3. Market Signals of Narrative Collapse - Polymarket is the most interesting development here. It represents Hayekian knowledge: decentralized consensus compressed into price. When Polymarket is “right” and traditional forecasts are “wrong,” it doesn’t just suggest informational failure. It signals narrative failure: a large group of people not only disagrees with the consensus, but believes the divergence is actionable.
These platforms have to some degree aggregated, and importantly provided and economic model for, what was previously dispersed among blogs and message-boards. Podcasts, too, play a significant role, though they do not yet have a similar aggregating platform, and Twitter and Substack play an important role in surfacing new and niche pods.
Much tends to be made of closed groups on telegram, Discord, whatsapp, etc. This is mostly because of the glamour of secrecy rather than importance. The principle that ‘if it is on TV, it is a TV show’ holds here: in the attention economy an idea has value once it starts to gain attention, so it is of limited value to try and look upstream of public platforms.
Post-Truth Is a Symptom, Not a Diagnosis
It is common to wring hands over our "post-truth" era.

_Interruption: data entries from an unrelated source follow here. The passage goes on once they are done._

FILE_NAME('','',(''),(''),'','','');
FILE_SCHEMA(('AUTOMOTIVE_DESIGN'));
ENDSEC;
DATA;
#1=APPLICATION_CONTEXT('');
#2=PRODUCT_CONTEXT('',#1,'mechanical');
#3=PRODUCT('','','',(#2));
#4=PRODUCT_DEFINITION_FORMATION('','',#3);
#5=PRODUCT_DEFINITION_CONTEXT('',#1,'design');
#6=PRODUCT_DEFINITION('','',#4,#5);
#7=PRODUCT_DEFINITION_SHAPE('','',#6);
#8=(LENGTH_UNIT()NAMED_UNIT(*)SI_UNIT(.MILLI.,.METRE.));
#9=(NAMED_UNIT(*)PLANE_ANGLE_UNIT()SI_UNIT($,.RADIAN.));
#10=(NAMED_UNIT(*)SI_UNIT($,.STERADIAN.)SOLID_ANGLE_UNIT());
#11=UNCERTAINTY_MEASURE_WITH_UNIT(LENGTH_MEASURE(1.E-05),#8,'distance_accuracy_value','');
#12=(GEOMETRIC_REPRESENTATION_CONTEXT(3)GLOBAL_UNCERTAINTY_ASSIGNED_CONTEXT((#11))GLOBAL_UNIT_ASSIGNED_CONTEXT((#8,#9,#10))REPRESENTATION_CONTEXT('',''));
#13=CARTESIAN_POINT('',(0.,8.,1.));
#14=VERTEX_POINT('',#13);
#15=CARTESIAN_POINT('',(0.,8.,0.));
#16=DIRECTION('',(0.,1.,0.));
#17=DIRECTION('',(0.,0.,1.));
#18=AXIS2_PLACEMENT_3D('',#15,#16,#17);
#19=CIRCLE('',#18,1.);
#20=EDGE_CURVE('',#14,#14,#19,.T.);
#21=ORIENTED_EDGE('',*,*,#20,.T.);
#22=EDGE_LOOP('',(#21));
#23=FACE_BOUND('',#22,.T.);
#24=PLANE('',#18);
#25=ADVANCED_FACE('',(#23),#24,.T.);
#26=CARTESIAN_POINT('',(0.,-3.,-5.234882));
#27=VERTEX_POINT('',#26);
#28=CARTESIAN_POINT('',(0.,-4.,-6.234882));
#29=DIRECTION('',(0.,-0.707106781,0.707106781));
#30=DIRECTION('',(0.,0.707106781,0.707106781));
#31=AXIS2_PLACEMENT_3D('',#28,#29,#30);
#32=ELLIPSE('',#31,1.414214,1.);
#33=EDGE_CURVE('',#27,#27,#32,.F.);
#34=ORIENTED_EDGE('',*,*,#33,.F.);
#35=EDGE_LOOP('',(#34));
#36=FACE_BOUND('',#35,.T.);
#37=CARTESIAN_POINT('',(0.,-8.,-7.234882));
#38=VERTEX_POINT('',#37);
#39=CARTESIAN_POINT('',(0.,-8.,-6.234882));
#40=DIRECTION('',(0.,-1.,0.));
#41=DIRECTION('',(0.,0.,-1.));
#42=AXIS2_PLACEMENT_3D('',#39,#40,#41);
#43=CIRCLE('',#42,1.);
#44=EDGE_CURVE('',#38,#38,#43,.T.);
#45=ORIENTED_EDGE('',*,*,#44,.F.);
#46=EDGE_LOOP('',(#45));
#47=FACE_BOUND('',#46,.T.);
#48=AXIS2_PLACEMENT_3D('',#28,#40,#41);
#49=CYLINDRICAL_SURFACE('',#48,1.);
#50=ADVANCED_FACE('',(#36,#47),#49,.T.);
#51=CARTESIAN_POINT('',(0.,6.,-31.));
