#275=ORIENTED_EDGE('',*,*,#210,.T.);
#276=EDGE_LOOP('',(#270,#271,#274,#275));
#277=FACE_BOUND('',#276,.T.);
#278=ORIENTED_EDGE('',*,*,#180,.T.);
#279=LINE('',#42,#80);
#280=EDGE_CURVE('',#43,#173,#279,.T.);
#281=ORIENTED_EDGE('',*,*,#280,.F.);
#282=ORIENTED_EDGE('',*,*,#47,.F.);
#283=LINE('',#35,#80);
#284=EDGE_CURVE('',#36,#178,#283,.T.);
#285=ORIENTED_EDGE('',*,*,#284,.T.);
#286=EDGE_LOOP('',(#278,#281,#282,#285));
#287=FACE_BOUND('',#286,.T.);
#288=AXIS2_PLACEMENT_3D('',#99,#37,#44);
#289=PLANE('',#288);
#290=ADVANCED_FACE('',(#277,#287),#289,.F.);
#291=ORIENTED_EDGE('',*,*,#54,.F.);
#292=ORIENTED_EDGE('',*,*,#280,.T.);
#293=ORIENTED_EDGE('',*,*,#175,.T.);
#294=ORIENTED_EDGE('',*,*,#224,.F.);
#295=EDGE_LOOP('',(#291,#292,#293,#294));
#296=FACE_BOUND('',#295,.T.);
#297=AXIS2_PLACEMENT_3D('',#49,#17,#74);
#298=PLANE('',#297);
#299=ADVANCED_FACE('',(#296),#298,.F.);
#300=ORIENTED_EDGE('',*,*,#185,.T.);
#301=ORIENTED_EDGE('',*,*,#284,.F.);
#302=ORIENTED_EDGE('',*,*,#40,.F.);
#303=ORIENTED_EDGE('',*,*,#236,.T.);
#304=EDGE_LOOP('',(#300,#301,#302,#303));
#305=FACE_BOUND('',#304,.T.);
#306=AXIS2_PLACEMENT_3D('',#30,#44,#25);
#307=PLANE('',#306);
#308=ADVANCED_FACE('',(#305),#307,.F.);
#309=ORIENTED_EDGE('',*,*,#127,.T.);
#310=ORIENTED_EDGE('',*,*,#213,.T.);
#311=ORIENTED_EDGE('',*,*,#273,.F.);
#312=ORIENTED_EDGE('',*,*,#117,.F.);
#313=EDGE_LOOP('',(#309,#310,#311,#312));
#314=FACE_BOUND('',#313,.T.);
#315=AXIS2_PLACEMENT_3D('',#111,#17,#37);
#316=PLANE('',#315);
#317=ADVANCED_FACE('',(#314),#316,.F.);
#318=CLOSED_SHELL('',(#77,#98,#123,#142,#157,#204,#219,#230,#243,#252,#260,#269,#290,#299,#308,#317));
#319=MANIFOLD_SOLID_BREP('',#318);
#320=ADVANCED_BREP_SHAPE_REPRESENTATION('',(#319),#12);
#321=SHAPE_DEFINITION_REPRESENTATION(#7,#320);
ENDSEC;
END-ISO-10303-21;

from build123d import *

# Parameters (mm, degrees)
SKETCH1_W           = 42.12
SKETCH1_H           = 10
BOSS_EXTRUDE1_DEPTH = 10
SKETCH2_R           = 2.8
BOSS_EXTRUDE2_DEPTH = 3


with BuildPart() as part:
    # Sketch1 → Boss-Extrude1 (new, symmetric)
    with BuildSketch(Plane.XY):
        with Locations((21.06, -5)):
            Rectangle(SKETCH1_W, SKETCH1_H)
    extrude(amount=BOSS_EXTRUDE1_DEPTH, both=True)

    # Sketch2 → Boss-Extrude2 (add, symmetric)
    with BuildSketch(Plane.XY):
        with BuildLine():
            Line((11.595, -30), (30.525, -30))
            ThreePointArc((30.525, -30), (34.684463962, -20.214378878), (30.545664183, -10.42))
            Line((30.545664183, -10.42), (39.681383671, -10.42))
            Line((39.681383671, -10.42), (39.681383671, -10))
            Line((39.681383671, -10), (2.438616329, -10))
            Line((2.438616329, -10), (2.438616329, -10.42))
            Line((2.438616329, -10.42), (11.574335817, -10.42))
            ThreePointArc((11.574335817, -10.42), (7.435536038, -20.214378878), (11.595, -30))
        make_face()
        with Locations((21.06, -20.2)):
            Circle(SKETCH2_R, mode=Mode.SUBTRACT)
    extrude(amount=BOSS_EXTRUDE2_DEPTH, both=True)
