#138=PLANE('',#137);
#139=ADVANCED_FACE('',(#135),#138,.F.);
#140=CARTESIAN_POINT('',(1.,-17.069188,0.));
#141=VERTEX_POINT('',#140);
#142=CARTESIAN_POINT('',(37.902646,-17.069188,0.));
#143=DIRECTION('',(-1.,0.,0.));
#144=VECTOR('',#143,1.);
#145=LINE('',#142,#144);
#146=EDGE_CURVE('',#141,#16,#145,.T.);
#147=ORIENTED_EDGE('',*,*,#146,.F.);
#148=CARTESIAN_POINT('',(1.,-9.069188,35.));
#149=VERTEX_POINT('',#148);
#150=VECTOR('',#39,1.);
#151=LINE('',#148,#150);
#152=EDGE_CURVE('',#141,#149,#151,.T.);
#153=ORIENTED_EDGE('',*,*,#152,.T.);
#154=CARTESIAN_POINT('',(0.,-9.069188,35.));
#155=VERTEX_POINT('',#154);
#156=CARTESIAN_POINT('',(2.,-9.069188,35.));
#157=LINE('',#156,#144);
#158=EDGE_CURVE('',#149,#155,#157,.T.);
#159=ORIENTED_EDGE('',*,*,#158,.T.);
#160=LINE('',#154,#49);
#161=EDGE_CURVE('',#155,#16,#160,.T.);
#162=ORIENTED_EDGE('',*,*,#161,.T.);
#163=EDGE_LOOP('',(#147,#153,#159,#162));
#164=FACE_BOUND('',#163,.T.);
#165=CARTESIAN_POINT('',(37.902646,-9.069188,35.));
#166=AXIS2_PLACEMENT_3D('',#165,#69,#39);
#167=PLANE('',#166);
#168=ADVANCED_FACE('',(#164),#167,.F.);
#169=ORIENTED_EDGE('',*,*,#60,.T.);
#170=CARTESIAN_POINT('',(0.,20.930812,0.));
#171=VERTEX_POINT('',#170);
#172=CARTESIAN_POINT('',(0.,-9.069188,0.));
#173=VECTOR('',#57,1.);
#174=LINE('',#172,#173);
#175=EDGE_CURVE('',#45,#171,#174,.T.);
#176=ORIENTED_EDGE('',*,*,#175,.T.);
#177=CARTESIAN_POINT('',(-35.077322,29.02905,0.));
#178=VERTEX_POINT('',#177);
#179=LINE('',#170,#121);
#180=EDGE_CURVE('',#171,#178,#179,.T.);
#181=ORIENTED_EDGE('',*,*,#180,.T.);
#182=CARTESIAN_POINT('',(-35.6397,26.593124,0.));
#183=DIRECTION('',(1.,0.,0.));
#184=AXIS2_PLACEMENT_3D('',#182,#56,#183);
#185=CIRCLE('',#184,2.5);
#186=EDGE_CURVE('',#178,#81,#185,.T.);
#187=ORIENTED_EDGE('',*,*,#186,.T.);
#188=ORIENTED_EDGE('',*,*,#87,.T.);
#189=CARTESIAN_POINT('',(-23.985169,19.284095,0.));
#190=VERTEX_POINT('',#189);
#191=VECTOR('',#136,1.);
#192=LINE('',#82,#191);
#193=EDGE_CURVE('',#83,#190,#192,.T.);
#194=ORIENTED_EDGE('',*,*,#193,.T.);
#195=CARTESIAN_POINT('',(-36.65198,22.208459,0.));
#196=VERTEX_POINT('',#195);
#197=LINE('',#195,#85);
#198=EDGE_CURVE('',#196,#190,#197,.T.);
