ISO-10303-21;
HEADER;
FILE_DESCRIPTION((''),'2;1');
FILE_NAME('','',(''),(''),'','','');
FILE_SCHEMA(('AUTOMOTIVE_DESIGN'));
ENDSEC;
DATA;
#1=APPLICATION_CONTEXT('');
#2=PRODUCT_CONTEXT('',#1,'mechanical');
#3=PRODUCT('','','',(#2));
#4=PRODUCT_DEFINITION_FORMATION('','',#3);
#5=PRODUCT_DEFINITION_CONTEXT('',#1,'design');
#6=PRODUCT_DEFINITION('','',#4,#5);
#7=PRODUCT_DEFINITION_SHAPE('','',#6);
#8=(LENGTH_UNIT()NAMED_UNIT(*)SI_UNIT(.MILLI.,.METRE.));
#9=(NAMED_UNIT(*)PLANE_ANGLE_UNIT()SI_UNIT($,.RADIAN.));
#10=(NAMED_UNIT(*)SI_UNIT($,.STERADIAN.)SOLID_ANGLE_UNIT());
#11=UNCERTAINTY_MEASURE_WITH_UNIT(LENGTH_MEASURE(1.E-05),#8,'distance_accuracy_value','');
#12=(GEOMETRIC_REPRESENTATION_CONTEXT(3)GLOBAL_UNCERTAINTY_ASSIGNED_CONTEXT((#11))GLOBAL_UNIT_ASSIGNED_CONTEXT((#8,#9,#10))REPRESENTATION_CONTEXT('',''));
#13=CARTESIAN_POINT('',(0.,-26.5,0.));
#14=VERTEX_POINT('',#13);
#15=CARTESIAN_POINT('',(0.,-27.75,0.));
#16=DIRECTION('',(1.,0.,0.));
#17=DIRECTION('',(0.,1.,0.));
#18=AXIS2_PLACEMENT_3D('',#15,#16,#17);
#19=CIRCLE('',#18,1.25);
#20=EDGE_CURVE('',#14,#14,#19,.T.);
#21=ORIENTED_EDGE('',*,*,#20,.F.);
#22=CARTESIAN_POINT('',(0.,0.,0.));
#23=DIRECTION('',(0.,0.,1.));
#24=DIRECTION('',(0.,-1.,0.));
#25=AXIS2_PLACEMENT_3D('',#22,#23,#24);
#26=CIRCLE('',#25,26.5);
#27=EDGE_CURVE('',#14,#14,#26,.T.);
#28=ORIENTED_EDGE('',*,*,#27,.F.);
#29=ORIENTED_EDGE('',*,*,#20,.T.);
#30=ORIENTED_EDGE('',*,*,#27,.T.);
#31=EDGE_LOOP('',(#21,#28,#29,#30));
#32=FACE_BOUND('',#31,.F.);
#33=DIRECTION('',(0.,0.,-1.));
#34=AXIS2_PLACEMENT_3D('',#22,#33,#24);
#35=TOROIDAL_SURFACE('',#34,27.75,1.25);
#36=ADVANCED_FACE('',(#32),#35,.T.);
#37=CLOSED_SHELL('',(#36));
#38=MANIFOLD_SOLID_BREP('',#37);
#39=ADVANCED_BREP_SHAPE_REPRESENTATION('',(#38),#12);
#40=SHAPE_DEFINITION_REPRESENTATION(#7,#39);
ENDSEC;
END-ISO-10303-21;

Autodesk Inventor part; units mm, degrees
ref_plane "YZ Plane" through (0, 0, 0) normal (1, 0, 0) x (0, 1, 0)
ref_plane "XZ Plane" through (0, 0, 0) normal (0, 1, 0) x (-1, 0, 0)
ref_plane "XY Plane" through (0, 0, 0) normal (0, 0, 1) x (1, 0, 0)
sketch "Skizze1" plane through (0, 0, 0) normal (1, 0, 0) x (0, 1, 0)
  circle A0 centre (-27.75, 0) radius 1.25
  line L0 (0, -1.75) -> (0, 1.75) projected
  point P0 (0, 0)
  dimension "d5" = 27.75
revolve "Umdrehung1" add sketch "Skizze1" angle 360 about axis through (0, 0, -10) along (0, 0, 1)
properties part number "O-Ring_53_2_5"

But truth is not the core issue, consensus is. We are not post-truth; we are post-model. The narratives that once structured our understanding have decayed. No shared map means no shared reality.
When sense-making collapses, moral language rushes in to fill the void. It becomes easier to condemn than to interpret. But beneath the outrage is disorientation: the old frameworks don’t work, and no replacement has achieved legitimacy.
Take Jamie Dimon's recent remarks: he linked immigration to stagnant wages in the bottom 20%. Ten years ago there would have been a chorus of op-eds explaining why Dimon was wrong, five years ago he would have been cancelled. Today the statements attract attention but little more. That shift tells us something fundamental has changed.
Narrative Regime Change and the Investment Horizon
There is no consensus replacement yet. The tech/right narrative appears ascendant, but is far from dominant. It may yet be overtaken by a progressive alternative, perhaps something like the “abundance agenda.” But the establishment is unlikely to produce it. The break down is too profound and the almost all establishment institutions too tied to the old model. What we are watching is narrative regime change. The traditional sense-making class, legacy media, academia, even mainstream think tanks, has been sidelined. The new narratives are being forged in real time, on messy, entrepreneurial platforms.
This matters for investors. Getting the petrodollar story right gave you a 50-year investment tailwind. I doubt the next model will last as long but it will be just as powerful while it holds.
My bet is on the technodollar: a regime where compute, not capital or commodities, becomes the organizing principle of global power. But what matters now is knowing where to watch: the leaks, the prophets, the price signals. In a collapsing model landscape, these are our compasses.